Буду очень благодарна на ответ!

----------


## Вирочана дас

ХАРЕ КРИШНА Матаджи. Извините, сразу не ответил Вам. Отвечу в ближайшие дни.

----------


## Вирочана дас

ХАРЕ КРИШНА, Матаджи. Прошу простить меня за то, что сильно задержал с ответом.  

Ваш вопрос очень важный, спасибо Вам. Понимаю, что Вам сейчас не легко. Сочувствую Вам и постараюсь Вам помочь.

Итак, начало Вашей истории существует еще раньше, чем Ваше увлеченность бхакти – йогой. Вы пишите, что и раньше  в детстве Вы были   “.. немножко в сторонке и отличались …”  Другими словами, дорогая, Вы и раньше не очень – то общались с окружающими, а интерес к Сознанию Кришны еще больше усилил сложность в отношениях. Например: вот вы пишите –  “ …..обычно я отвечаю, что, например, не поступила так как они думали, потому что это противоречит моей философии…..” Вы знаете, если родственникам отвечать так, то они, близкие Вам, однозначно не смогут понять, откуда в отношениях между вами появилась какая – то философия? 

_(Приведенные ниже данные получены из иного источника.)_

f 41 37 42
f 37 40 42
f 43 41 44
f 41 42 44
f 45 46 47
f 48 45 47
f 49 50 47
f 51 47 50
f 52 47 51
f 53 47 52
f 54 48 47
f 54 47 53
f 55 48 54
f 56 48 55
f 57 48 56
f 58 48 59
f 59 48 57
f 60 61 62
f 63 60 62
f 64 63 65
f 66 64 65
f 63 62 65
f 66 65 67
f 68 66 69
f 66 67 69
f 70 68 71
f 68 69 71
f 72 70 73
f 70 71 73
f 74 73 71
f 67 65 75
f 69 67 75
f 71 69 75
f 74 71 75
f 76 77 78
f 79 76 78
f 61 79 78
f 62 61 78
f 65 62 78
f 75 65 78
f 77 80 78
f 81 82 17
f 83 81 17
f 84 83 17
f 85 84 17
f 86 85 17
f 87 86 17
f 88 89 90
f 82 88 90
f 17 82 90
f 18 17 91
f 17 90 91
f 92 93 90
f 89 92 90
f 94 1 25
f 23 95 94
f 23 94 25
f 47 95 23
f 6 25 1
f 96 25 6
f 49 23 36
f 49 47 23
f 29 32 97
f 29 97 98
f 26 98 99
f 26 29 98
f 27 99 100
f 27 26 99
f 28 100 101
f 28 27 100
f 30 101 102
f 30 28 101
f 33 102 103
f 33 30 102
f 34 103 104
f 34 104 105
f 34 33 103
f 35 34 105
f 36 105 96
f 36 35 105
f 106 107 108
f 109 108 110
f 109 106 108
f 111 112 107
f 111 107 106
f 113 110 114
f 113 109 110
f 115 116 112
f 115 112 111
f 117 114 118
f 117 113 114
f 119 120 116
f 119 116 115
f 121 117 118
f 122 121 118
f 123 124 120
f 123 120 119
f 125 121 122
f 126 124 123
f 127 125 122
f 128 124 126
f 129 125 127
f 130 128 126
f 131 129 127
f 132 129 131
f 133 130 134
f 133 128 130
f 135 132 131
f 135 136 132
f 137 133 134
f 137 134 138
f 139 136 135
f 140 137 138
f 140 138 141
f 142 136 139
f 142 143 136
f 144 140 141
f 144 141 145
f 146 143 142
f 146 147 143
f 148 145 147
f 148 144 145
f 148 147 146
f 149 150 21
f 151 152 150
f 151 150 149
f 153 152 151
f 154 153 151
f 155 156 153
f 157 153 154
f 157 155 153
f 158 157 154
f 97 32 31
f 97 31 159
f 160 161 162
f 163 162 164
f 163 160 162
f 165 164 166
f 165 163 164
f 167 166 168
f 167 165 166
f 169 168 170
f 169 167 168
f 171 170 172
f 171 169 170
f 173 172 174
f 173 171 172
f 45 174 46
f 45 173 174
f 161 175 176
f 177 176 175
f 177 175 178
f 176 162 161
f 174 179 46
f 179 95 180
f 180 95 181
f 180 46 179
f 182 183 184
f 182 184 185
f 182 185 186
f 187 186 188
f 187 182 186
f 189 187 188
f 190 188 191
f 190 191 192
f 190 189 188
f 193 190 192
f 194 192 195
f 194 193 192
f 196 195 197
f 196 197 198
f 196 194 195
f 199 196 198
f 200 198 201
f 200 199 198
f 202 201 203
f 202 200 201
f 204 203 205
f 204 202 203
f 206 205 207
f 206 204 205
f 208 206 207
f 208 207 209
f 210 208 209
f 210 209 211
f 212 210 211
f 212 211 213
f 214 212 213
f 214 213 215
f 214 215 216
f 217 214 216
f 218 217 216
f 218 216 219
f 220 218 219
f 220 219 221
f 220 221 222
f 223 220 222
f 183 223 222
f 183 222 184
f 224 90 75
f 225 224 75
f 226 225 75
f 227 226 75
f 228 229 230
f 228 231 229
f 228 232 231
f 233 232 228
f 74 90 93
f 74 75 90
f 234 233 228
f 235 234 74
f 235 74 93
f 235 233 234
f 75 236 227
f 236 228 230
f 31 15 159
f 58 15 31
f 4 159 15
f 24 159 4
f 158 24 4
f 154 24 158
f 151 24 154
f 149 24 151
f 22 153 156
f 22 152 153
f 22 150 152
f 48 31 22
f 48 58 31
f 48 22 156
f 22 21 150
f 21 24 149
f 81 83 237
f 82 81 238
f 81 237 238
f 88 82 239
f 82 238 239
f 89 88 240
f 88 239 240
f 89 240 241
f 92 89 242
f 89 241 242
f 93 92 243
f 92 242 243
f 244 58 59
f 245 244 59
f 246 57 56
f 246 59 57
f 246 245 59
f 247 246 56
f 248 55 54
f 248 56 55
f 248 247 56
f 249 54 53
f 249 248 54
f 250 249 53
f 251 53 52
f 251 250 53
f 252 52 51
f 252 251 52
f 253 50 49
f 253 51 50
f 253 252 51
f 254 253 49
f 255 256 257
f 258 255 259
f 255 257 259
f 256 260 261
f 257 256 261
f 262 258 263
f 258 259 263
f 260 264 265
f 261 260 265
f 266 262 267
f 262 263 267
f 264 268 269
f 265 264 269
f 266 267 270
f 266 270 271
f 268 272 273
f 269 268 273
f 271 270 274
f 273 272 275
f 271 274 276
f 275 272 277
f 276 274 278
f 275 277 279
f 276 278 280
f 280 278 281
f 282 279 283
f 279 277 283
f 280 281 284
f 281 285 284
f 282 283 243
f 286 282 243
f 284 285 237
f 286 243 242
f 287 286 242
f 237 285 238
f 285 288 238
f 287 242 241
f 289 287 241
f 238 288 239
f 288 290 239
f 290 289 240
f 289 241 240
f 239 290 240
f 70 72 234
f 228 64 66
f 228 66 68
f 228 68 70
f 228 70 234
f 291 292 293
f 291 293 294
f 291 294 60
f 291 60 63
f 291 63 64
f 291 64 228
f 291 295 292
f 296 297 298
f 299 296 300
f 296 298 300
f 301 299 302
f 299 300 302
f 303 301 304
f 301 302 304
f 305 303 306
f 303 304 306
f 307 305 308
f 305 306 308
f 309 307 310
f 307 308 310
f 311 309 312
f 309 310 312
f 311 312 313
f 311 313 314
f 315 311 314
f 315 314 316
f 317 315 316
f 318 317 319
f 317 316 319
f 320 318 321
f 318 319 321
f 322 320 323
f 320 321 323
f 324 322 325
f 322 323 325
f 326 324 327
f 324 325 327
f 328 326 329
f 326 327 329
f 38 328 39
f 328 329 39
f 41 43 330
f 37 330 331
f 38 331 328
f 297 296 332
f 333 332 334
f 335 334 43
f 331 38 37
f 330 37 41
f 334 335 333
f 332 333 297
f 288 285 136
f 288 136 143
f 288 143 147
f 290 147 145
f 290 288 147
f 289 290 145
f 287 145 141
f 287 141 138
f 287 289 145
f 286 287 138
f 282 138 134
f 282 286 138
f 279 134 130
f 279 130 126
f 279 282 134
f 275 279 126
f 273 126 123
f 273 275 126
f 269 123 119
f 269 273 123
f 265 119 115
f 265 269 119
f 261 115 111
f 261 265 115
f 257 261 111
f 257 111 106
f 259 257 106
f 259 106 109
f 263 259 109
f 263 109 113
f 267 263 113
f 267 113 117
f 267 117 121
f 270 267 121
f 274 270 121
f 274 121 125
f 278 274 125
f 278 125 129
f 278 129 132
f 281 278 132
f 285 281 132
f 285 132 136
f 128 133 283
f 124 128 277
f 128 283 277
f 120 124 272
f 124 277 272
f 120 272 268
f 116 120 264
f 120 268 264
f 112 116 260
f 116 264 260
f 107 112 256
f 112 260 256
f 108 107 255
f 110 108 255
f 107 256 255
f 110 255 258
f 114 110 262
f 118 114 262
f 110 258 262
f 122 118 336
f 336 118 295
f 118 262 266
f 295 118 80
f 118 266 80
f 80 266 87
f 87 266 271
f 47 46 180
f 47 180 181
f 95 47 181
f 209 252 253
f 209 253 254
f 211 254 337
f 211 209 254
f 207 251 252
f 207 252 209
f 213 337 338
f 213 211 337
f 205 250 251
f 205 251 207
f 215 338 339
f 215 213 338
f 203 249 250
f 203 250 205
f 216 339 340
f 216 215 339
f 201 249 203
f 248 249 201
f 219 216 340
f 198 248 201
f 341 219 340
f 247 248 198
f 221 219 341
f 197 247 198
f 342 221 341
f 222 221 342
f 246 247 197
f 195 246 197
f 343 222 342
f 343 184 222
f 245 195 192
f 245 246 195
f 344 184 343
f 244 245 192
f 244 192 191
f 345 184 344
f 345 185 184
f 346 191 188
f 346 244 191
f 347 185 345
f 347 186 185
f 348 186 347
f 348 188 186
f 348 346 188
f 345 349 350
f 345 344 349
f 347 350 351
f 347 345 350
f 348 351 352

Что я хочу здесь сказать Вам?  То, что родные и близкие нам люди всегда воспринимают и ценят ТОЛЬКО открытые, человеческие и доброжелательные отношения, а Ваши убеждения и ценности, связанные с философией или религией для них здесь не важны. Они ожидают просто родственных, душевных отношений. Более того, Вы – девушка, которая по самой своей природе, как обычно, может быть склонна к простым формам отношений с родственниками и, соответственно, Ваши объяснения, связанные с философией или религией, ОБЯЗАТЕЛЬНО  будут всех напрягать и разочаровывать. Отсюда и термин  “сектант”- человек, имеющий некие внутренние принципы и убеждения, но совершенно не способный применить их для здоровых, полноценных отношений с родными людьми.

Теперь так: Не отчаивайтесь моя дорогая, такая проблема – это нормальное явление в жизни. Ведь, по правде говоря, сама по себе увлеченность бхакти – это действительно что – то изрядно вон выходящее в этом нашем обществе, живущем совсем по другим законам и принципам. Поэтому, то, что люди так реагируют, естественно и не вызывает у нас ни раздражения, ни осуждения. Все окружающие живут естественно,и они имеют право так жить и иметь свое мнение. Они все равно дороги нам. Я хочу этим сказать здесь, что нам нужно учиться жить так, чтобы научиться соединять воедино  материальные и духовные ценности жизни. Как?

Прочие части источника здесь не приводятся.